Once the installation is done, given an optimization problem defined by an objective function and a feasible space:

In [1]:
import numpy as np
from lbfgsb.types import NDArrayFloat  # for type hints, numpy array of floats


def rosenbrock(x: NDArrayFloat) -> float:
    """
    The Rosenbrock function.

    Parameters
    ----------
    x : array_like
    Array of of points at which the Rosenbrock function is to be computed.
    It can be of shape (m,) or (m, n), m being the number of variables per vector
    of parameters and n the number of different vectors.

    Returns
    -------
    float
        The gradient of the Rosenbrock function with size (n,).

    """
    x = np.asarray(x)
    sum1 = ((x[1:] - x[:-1] ** 2.0) ** 2.0).sum(axis=0)
    sum2 = np.square(1.0 - x[:-1]).sum(axis=0)
    return 100.0 * sum1 + sum2


def rosenbrock_grad(x: NDArrayFloat) -> NDArrayFloat:
    """
    The gradient of the Rosenbrock function.

    Parameters
    ----------
    x : array_like
    Array of of points at which the Rosenbrock function is to be computed.
    It can be of shape (m,) or (m, n), m being the number of variables per vector
    of parameters and n the number of different vectors.

    Returns
    -------
    NDArrayFloat
        The gradient(s) of the Rosenbrock function with the same shapes as the input x.
    """
    x = np.asarray(x)
    g = np.zeros(x.shape)
    # derivation of sum1
    g[1:] += 100.0 * (2.0 * x[1:] - 2.0 * x[:-1] ** 2.0)
    g[:-1] += 100.0 * (-4.0 * x[1:] * x[:-1] + 4.0 * x[:-1] ** 3.0)
    # derivation of sum2
    g[:-1] += 2.0 * (x[:-1] - 1.0)
    return g


lb = np.array([-2, -2])  # lower bounds
ub = np.array([2, 2])  # upper bounds
bounds = np.array((lb, ub)).T  # The number of variables to optimize is len(bounds)
x0 = np.array([-0.8, -1])  # The initial guess

The optimal solution can be found following:

In [2]:
from lbfgsb import minimize_lbfgsb

res = minimize_lbfgsb(
    x0=x0, fun=rosenbrock, jac=rosenbrock_grad, bounds=bounds, ftol=1e-5, gtol=1e-5
)

``minimize_lbfgsb`` returns an `OptimalResult` instance (from [Scipy](https://docs.scipy.org/doc/scipy/reference/optimize.minimize-lbfgsb.html)) that contains the results of the optimization:

In [3]:
res

  message: CONVERGENCE: REL_REDUCTION_OF_F_<=_FTOL
  success: True
   status: 0
      fun: 4.591223585995676e-09
        x: [ 1.000e+00  9.999e-01]
      nit: 17
      jac: [ 1.789e-03 -9.432e-04]
     nfev: 21
     njev: 21
 hess_inv: <2x2 LbfgsInvHessProduct with dtype=float64>

Note that unlike `minimize` from scipy, `minimize_lbfgsb` does not accept `args` nor `kwargs`. Hence you will have to define
wrappers if needed.

In [None]:
# This cannot be passed to minimize_lbfgsb
def my_cost_function(
    x: NDArrayFloat,
    arg1: int,
    arg2: float,
    *,
    kwargs1: int = 0,
    kwargs2: str = "blabla",
) -> float:
    """
    Return a float and takes args and kwargs.
    """
    return 5657.0  # just do something and return a float


# This can be passed to minimize_lbfgsb
def my_wrapper(x: NDArrayFloat) -> float:
    """
    Return a float and takes args and kwargs.
    """
    return my_cost_function(x, 10, 239.9, kwargs1=1, kwargs2="blabla2")

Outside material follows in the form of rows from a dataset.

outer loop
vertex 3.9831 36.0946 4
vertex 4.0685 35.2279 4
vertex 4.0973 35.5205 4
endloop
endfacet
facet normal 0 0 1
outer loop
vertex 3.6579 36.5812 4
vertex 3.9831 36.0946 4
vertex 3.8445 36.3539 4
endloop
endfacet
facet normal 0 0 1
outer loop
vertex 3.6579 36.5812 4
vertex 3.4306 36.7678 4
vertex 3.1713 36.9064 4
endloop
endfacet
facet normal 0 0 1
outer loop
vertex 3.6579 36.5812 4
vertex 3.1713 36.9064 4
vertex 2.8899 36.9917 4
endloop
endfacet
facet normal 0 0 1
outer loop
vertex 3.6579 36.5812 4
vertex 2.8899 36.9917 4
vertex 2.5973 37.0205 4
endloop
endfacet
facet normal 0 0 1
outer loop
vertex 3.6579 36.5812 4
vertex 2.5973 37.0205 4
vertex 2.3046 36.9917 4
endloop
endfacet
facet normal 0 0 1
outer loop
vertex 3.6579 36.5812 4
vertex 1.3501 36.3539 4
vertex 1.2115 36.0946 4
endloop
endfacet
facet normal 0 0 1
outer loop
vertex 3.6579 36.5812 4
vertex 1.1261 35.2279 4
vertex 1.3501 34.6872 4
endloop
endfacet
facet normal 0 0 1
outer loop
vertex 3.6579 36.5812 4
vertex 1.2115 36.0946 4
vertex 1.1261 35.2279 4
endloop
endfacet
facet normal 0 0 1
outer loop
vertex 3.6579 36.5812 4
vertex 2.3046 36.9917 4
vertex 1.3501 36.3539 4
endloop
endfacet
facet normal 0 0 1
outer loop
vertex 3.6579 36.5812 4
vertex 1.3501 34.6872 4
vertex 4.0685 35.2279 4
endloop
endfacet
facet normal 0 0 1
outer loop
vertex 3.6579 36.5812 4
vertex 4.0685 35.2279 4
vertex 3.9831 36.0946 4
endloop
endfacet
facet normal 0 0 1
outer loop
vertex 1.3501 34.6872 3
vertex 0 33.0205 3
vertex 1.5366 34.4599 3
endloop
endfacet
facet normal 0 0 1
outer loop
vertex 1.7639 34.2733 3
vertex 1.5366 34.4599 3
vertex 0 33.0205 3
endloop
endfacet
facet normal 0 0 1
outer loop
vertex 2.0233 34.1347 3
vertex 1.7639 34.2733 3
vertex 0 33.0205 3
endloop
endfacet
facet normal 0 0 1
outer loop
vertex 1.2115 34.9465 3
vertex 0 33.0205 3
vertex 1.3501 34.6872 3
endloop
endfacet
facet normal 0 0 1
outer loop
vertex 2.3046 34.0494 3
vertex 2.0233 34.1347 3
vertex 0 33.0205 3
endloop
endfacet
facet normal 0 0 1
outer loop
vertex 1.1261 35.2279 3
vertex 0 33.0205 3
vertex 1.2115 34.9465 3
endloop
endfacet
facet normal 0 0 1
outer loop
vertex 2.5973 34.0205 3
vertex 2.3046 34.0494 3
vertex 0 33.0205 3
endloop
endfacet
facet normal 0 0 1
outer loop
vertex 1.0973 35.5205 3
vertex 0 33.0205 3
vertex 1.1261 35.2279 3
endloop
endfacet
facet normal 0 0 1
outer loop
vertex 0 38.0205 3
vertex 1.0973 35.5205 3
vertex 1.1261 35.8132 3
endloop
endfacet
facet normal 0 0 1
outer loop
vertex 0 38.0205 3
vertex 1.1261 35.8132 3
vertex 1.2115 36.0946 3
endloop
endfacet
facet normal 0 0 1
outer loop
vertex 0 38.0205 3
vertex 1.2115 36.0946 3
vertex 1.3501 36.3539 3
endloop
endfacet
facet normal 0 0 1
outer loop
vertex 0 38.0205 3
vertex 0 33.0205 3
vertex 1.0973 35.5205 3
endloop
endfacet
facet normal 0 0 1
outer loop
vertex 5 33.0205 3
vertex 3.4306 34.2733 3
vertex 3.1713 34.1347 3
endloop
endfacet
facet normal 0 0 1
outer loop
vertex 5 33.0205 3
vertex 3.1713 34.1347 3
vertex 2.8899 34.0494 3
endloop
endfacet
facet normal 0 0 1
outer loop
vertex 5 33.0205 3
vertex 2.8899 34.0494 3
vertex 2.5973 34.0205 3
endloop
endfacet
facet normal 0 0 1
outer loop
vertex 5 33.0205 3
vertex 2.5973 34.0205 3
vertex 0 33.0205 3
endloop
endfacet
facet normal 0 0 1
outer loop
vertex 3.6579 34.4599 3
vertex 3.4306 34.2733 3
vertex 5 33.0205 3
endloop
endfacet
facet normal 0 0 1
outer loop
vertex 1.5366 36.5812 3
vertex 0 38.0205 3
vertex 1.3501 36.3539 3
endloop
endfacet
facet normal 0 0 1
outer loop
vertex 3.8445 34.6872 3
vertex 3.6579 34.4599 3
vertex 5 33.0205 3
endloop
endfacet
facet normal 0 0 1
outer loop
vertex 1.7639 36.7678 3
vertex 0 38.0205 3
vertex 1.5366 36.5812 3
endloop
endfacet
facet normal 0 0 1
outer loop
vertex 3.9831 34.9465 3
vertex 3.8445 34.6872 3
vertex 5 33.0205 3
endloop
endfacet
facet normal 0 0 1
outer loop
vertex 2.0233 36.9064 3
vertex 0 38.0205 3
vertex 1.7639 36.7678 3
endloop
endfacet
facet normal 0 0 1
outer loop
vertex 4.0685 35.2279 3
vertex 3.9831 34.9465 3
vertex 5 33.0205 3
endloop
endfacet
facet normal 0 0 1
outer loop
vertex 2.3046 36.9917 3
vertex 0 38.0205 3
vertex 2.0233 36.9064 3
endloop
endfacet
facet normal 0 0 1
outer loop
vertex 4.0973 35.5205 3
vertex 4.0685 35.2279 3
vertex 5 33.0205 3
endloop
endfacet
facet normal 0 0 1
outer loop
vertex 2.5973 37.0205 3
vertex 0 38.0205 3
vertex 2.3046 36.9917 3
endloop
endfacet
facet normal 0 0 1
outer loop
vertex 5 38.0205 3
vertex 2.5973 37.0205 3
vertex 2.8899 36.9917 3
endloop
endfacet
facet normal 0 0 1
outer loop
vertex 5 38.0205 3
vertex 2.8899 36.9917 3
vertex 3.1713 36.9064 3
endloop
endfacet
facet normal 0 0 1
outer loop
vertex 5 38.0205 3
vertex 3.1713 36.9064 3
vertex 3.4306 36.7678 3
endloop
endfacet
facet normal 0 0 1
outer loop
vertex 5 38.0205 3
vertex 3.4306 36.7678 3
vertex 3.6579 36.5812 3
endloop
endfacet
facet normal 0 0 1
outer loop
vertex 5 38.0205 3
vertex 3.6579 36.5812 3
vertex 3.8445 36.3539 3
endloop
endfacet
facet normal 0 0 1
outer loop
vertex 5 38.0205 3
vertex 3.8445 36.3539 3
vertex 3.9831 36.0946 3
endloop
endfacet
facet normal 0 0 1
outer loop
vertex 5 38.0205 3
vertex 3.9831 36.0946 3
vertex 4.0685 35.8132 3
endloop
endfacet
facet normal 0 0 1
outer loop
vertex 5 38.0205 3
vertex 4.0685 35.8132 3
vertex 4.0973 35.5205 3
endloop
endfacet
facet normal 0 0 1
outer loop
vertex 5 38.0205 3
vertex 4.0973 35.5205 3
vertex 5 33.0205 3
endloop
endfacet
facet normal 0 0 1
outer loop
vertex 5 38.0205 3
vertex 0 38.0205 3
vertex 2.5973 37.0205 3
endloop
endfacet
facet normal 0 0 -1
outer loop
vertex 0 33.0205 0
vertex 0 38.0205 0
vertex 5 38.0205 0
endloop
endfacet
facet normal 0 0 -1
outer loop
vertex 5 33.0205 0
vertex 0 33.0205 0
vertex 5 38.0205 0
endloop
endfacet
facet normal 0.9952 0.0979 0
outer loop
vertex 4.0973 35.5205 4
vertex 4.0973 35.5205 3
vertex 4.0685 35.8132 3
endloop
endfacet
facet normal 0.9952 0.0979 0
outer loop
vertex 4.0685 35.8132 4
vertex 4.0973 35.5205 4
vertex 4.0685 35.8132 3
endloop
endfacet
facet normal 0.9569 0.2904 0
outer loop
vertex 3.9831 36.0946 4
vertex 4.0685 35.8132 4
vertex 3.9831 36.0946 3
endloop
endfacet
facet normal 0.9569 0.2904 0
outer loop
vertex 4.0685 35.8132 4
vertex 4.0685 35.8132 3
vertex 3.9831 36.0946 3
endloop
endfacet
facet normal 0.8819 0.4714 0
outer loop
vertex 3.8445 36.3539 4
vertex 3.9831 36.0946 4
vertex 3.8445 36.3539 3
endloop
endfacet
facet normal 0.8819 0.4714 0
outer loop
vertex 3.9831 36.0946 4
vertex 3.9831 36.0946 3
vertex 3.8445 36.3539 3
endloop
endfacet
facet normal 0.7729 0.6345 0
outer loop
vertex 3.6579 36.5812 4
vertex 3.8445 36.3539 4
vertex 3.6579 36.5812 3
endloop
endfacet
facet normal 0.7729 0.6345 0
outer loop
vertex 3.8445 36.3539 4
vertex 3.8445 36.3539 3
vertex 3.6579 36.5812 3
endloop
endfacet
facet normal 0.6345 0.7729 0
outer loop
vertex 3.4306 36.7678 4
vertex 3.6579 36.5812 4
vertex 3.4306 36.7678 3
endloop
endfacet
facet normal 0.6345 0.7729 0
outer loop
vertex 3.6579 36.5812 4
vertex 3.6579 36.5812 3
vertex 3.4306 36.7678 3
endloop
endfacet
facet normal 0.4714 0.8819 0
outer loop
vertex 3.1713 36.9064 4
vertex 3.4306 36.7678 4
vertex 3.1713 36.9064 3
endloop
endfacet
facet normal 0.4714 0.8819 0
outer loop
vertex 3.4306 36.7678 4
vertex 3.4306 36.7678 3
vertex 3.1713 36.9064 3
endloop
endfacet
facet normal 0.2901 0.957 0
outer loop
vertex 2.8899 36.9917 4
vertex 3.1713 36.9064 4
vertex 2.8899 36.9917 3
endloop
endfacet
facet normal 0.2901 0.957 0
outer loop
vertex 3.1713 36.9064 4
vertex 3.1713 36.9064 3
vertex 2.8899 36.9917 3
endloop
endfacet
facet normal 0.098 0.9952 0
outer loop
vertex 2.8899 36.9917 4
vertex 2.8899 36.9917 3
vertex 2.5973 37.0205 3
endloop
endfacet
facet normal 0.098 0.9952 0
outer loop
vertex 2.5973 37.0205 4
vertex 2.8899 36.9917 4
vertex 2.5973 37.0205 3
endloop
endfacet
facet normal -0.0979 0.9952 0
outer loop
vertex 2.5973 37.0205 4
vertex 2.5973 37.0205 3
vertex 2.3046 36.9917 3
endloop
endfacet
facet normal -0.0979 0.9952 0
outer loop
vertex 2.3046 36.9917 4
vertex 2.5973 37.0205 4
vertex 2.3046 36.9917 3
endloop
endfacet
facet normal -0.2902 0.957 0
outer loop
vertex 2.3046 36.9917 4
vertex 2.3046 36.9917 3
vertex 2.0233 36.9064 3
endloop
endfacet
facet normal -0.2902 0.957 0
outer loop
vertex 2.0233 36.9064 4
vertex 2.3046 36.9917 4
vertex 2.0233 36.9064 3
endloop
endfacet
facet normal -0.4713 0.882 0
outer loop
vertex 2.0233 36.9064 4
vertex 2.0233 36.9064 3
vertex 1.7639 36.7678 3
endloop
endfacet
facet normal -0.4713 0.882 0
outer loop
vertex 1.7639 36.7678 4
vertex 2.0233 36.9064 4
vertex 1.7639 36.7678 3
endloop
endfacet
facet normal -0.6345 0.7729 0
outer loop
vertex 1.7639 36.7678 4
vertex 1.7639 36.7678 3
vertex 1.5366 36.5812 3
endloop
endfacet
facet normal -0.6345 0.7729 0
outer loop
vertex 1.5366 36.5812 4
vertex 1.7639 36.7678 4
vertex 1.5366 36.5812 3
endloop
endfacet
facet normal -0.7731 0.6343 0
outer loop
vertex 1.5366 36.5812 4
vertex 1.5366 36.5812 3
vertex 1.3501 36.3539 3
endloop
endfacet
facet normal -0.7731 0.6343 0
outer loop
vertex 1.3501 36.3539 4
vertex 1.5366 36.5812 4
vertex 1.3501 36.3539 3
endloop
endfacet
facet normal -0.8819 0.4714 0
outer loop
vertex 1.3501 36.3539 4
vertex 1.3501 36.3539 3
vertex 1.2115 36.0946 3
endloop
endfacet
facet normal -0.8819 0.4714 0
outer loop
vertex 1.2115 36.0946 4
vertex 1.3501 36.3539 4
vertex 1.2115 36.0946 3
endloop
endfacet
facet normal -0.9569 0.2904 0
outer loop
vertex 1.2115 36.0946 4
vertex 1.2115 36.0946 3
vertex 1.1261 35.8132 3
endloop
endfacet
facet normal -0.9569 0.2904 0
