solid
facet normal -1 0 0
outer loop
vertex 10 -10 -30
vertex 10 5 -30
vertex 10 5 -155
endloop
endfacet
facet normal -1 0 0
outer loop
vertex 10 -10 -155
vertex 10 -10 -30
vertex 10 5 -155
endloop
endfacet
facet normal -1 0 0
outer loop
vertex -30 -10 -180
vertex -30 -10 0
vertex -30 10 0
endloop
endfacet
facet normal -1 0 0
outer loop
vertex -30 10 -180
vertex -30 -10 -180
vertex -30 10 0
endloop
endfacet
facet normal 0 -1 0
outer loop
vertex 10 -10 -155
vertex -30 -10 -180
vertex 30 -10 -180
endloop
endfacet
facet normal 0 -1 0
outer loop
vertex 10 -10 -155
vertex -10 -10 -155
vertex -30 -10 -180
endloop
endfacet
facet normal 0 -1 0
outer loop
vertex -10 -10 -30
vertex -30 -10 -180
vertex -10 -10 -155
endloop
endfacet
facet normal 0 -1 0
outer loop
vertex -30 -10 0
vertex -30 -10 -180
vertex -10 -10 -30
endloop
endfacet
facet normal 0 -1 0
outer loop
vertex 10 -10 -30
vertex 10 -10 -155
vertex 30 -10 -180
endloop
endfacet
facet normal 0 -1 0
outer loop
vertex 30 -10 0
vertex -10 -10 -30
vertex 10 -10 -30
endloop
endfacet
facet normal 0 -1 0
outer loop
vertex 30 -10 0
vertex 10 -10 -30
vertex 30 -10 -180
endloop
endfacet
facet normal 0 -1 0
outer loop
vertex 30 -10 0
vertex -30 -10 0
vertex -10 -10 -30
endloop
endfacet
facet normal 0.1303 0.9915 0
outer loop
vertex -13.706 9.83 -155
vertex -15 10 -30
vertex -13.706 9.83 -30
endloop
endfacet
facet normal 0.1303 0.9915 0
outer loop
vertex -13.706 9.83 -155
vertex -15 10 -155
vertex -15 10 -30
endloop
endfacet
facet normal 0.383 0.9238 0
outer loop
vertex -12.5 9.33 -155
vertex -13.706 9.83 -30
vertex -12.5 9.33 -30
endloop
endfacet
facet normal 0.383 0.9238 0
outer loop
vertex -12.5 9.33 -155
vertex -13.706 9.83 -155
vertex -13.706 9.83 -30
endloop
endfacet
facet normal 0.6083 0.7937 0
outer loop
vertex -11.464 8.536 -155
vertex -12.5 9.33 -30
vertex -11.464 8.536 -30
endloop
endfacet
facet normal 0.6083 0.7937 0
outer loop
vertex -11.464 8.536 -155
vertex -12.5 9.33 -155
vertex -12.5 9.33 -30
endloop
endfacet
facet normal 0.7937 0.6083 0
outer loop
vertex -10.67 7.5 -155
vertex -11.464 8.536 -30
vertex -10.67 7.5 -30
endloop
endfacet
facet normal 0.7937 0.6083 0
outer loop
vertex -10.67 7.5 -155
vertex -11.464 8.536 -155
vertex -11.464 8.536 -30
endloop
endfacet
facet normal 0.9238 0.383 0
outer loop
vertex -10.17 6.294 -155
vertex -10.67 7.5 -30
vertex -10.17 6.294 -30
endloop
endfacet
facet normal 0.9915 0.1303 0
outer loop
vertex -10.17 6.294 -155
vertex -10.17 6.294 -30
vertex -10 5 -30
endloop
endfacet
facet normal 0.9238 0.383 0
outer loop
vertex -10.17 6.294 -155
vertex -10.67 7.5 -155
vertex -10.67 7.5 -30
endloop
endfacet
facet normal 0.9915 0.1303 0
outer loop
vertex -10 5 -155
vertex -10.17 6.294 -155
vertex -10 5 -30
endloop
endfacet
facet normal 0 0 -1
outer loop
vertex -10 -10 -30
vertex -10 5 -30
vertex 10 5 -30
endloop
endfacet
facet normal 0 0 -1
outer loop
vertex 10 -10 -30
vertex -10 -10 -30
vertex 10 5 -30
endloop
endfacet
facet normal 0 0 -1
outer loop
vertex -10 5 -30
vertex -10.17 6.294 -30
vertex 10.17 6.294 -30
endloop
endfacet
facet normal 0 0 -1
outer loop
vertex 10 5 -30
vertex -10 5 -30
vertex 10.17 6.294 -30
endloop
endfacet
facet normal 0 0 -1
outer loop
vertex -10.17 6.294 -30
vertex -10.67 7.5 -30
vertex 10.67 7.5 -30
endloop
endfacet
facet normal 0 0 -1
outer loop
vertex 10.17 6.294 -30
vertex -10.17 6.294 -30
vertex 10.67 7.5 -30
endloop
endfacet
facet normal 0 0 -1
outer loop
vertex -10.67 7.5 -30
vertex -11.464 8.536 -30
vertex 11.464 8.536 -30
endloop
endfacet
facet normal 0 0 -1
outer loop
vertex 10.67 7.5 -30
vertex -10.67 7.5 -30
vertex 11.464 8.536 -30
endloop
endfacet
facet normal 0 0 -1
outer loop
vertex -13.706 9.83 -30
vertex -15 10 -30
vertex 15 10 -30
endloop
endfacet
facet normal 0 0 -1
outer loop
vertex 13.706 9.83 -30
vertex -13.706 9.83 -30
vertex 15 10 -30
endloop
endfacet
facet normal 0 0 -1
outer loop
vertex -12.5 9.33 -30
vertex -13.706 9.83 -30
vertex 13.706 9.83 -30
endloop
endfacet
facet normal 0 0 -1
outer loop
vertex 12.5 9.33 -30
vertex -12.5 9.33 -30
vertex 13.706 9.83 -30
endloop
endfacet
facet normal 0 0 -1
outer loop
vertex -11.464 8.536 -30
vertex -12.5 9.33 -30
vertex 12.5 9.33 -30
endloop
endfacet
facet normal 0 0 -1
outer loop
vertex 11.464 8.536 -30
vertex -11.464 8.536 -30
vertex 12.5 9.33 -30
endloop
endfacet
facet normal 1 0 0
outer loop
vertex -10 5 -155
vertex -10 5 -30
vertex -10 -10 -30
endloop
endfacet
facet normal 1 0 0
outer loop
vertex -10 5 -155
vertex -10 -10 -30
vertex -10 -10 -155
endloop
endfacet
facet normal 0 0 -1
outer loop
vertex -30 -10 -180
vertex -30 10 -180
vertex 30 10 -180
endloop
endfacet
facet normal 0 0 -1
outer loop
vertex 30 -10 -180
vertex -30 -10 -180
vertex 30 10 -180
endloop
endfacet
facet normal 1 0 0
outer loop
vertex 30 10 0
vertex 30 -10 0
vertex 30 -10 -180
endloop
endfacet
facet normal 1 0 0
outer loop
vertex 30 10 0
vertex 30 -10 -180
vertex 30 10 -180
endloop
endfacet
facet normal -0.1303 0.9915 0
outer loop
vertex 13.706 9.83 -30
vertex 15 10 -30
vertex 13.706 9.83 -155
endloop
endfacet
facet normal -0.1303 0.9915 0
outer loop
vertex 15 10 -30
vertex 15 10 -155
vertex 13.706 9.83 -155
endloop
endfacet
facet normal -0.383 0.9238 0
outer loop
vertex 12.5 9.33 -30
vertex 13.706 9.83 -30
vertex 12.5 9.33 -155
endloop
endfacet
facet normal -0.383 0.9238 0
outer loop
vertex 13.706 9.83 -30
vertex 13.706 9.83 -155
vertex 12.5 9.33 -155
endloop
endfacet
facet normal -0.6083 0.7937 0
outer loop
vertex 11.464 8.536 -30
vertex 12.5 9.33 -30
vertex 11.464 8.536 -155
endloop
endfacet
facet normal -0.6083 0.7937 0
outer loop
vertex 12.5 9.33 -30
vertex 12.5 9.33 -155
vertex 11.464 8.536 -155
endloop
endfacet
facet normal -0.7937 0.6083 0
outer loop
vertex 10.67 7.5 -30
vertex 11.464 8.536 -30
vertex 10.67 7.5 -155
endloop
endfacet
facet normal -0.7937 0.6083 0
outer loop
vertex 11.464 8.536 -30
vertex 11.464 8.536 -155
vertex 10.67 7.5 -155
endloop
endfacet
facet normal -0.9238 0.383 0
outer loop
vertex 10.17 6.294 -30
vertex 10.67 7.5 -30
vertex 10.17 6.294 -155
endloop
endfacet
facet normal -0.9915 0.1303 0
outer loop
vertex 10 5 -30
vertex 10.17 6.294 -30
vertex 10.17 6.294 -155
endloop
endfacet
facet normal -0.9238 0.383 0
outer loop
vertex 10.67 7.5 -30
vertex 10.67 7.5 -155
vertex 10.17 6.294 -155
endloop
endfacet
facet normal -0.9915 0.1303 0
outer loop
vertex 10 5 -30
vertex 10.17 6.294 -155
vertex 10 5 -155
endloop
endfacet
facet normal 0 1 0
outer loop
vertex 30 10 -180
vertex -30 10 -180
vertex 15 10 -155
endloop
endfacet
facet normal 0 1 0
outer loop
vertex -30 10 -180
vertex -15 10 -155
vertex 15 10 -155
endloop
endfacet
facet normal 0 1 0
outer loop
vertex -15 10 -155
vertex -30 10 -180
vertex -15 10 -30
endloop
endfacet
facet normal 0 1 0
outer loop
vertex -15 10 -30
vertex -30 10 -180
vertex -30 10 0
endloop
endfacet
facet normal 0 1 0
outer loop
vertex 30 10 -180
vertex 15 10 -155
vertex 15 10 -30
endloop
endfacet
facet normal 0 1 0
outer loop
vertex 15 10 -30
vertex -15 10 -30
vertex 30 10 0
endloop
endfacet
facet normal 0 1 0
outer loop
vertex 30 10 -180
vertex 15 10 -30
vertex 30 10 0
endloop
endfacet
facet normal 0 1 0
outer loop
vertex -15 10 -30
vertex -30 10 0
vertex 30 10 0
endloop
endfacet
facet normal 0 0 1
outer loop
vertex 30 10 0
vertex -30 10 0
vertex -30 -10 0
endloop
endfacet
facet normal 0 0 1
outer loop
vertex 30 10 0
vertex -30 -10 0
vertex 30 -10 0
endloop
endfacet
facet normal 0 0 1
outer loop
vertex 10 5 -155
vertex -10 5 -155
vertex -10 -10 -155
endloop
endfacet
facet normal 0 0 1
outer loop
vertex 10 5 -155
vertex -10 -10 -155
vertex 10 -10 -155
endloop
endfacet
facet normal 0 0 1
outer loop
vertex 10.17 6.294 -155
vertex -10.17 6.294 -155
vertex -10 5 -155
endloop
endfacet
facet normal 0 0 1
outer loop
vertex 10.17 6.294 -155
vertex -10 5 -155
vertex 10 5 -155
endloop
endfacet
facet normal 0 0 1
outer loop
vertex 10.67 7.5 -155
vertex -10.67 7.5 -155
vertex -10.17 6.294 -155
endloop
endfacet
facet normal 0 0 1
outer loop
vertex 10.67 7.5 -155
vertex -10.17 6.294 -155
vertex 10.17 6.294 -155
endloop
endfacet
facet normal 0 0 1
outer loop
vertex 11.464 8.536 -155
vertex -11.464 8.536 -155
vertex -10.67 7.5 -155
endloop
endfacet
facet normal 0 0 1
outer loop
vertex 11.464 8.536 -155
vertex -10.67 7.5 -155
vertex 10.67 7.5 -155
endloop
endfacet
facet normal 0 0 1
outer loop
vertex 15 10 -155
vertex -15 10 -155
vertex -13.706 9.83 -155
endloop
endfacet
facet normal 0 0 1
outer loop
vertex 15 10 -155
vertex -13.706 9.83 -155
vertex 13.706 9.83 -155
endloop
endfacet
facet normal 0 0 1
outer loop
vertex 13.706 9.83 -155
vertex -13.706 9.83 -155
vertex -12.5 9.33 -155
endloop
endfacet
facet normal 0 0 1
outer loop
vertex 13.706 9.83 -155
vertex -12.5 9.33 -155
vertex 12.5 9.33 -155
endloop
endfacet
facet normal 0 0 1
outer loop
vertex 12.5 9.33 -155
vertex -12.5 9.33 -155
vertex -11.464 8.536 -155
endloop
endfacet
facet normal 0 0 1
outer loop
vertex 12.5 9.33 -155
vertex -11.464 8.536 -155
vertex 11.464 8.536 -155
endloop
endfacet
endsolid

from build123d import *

# Parameters (mm, degrees)
SKETCH_2_W          = 60
SKETCH_2_H          = 20
EXTRUDE_1_DEPTH     = 180
SKETCH_14_W         = 20
SKETCH_14_H         = 125
CUT_EXTRUDE_1_DEPTH = 184.575597507
FILLET_1_R          = 5


with BuildPart() as part:
    # 草圖2 → 填料-伸長1 (new body)
    with BuildSketch(Plane.XY):
        Rectangle(SKETCH_2_W, SKETCH_2_H)
    extrude(amount=-EXTRUDE_1_DEPTH)

    # 草圖14 → 除料-伸長1 (cut, through all)
    with BuildSketch(Plane(origin=(0, 10, 0), x_dir=(1, 0, 0), z_dir=(0, 1, 0))):
        with Locations((0, 92.5)):
            Rectangle(SKETCH_14_W, SKETCH_14_H)
    extrude(amount=-CUT_EXTRUDE_1_DEPTH, mode=Mode.SUBTRACT)

    # 圓角1
    fillet_1_edges = [part.edges().sort_by_distance(p)[0] for p in [
        (10, 10, -92.5),
        (-10, 10, -92.5),
    ]]
    fillet(fillet_1_edges, radius=FILLET_1_R)


solid = part.part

See all use cases in the tutorials section of the [documentation](https://lbfgsb.readthedocs.io/en/latest/usage.html).

## ‚ö° Performance

Although memory usage and runtime remain reasonable thanks to NumPy and extensive vectorization, a pure Python implementation is inherently slower and more memory-intensive than the SciPy reference implementation. The latter is written in low-level languages
([originally Fortran 77 and, since SciPy v1.15.0, ported to C](https://docs.scipy.org/doc/scipy/release/1.15.0-notes.html#scipy-optimize-improvements>)) and therefore benefits from decades of compiler and library-level optimizations.

In practice, this performance gap is negligible for small- to medium-scale problems, or when the overall runtime is dominated by evaluations of the objective function and its gradient rather than by the optimization routine itself.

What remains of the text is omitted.